The generally heterogeneous results in structural imaging of the thalamus volume described in the introduction could be due to several methodical limitations, e.g. the inclusion of patients with differing severity of symptoms, different affective states, first-episode and chronically ill patients into the same studies. Sometimes co-morbid alcohol or substance misuse was ignored or the patients’ medication not considered. As mentioned in the introduction changes in volume of brain structure may underlie more differentiated modulation procedures than solely the diagnosis of a bipolar affective disorder . In this point, especially the role of medication seems essential. To reduce the possible influence of concomitant factors, we included only euthymic patients with bipolar I disorder with no history of alcohol abuse or dependence and investigated a sufficiently large sample. All patients were treated with stable medication over several months. Another strength of our study is the presence of a healthy group of well-matched control subjects which is missing in the above-mentioned study of Foland et al. . A limitation of our study is that the findings are the results of a transverse section and not of a longitudinal analysis. In addition, it was not possible to provide more detailed information about the exact duration of the lithium and antipsychotic treatment of the respective patients and for what reason the sample of the lithium-free patients had never received this medication. Future studies including larger numbers of patients might show a difference in thalamus volumes between the groups of patients treated or not treated with lithium which we were not able to demonstrate in our study.

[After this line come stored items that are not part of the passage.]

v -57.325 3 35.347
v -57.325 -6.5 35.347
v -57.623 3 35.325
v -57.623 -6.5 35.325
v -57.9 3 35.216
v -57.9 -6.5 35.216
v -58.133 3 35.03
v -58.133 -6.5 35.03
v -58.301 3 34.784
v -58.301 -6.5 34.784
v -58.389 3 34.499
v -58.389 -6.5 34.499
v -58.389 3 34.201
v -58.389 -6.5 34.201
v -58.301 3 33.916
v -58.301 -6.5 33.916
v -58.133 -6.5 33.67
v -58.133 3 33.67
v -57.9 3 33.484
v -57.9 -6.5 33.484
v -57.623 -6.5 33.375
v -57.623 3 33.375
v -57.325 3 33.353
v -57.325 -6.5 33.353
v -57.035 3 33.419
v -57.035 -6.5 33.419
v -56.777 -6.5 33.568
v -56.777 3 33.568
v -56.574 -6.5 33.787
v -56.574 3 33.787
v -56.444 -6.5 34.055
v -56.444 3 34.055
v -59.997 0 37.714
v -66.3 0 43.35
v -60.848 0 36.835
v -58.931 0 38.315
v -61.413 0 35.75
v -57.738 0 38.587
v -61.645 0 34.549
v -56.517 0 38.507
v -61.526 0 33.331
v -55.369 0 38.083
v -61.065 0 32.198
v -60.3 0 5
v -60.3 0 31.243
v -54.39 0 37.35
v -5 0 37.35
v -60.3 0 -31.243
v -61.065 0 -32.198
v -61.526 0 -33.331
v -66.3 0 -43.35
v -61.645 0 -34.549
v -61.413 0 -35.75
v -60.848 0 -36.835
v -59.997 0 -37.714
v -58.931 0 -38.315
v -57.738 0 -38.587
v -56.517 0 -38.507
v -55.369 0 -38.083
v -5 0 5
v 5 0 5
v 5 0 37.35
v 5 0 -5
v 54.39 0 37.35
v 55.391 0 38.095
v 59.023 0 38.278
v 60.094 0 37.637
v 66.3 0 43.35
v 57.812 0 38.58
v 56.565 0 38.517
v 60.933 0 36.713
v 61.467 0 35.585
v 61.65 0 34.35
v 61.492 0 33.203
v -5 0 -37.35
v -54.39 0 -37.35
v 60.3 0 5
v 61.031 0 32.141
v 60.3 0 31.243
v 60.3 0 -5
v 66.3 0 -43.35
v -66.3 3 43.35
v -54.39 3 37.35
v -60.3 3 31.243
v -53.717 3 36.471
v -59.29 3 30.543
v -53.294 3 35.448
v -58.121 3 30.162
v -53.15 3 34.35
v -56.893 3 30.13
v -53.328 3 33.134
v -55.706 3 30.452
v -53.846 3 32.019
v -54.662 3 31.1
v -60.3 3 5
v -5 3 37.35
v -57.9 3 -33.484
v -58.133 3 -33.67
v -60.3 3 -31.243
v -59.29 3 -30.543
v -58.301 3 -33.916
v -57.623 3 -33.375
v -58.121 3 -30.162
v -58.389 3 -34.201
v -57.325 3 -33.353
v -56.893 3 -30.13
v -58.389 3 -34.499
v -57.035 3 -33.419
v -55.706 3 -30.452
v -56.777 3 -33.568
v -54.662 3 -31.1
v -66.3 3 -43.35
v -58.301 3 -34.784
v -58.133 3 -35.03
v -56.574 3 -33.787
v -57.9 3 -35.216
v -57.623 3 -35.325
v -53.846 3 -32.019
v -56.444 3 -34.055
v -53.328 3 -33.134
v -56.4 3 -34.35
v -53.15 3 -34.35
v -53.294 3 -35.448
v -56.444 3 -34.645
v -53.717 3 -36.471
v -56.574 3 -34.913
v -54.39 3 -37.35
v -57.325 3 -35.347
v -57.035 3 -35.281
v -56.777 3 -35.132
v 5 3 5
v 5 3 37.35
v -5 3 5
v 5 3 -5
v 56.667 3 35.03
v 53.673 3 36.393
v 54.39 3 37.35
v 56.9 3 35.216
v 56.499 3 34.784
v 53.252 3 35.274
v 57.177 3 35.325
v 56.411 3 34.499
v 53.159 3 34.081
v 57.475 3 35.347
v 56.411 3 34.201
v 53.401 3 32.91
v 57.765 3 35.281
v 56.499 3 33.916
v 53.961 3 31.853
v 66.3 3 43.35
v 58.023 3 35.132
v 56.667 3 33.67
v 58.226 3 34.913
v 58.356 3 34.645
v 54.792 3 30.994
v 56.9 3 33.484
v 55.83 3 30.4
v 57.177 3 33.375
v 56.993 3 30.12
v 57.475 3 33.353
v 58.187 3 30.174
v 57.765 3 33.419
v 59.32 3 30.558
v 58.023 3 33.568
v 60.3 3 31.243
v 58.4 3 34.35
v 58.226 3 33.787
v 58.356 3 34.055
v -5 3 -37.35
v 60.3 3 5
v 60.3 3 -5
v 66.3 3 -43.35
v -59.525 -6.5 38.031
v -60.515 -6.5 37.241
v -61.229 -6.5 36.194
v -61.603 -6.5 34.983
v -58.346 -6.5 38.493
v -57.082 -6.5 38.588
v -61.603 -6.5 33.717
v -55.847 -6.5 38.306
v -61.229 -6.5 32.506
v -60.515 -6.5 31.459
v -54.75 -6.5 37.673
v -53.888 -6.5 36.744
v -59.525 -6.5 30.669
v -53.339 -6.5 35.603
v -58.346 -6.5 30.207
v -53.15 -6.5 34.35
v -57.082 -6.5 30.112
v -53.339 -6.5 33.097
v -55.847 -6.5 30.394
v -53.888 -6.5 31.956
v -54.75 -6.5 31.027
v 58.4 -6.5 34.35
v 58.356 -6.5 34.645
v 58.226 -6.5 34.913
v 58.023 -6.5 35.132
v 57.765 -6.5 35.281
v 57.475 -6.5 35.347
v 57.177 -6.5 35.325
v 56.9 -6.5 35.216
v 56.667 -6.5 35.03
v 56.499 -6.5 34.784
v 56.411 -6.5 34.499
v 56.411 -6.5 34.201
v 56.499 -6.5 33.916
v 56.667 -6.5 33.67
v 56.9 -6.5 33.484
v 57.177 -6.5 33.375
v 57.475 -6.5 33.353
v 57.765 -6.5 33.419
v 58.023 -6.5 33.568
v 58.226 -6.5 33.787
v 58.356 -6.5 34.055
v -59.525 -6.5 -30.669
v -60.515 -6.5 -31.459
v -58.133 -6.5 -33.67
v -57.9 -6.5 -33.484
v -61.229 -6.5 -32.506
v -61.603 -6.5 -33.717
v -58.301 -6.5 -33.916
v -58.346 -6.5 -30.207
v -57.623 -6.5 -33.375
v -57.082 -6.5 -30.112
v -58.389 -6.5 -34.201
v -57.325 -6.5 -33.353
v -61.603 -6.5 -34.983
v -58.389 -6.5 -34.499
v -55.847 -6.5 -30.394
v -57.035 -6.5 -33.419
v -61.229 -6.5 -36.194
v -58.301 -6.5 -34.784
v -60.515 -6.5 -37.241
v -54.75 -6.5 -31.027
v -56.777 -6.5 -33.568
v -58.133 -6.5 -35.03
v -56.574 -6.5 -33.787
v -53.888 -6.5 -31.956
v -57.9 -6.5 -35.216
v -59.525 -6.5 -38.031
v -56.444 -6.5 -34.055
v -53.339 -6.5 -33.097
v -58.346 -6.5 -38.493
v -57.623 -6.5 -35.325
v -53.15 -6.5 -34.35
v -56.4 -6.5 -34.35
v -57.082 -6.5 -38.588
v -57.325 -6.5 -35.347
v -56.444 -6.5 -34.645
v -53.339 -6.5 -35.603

Taken together, the present findings are consistent with the view that treatment with lithium may normalise right thalamus volume which is decreased without lithium treatment in bipolar I disorder. Further longitudinal studies are needed to clarify the role of thalamus volume in bipolar disorder and the influence effect of lithium on it.
This study was supported by a Grant from the Saarland University Hospital, Germany to HS (HOMFOR A/2003/21).
Conflict of interest statement None.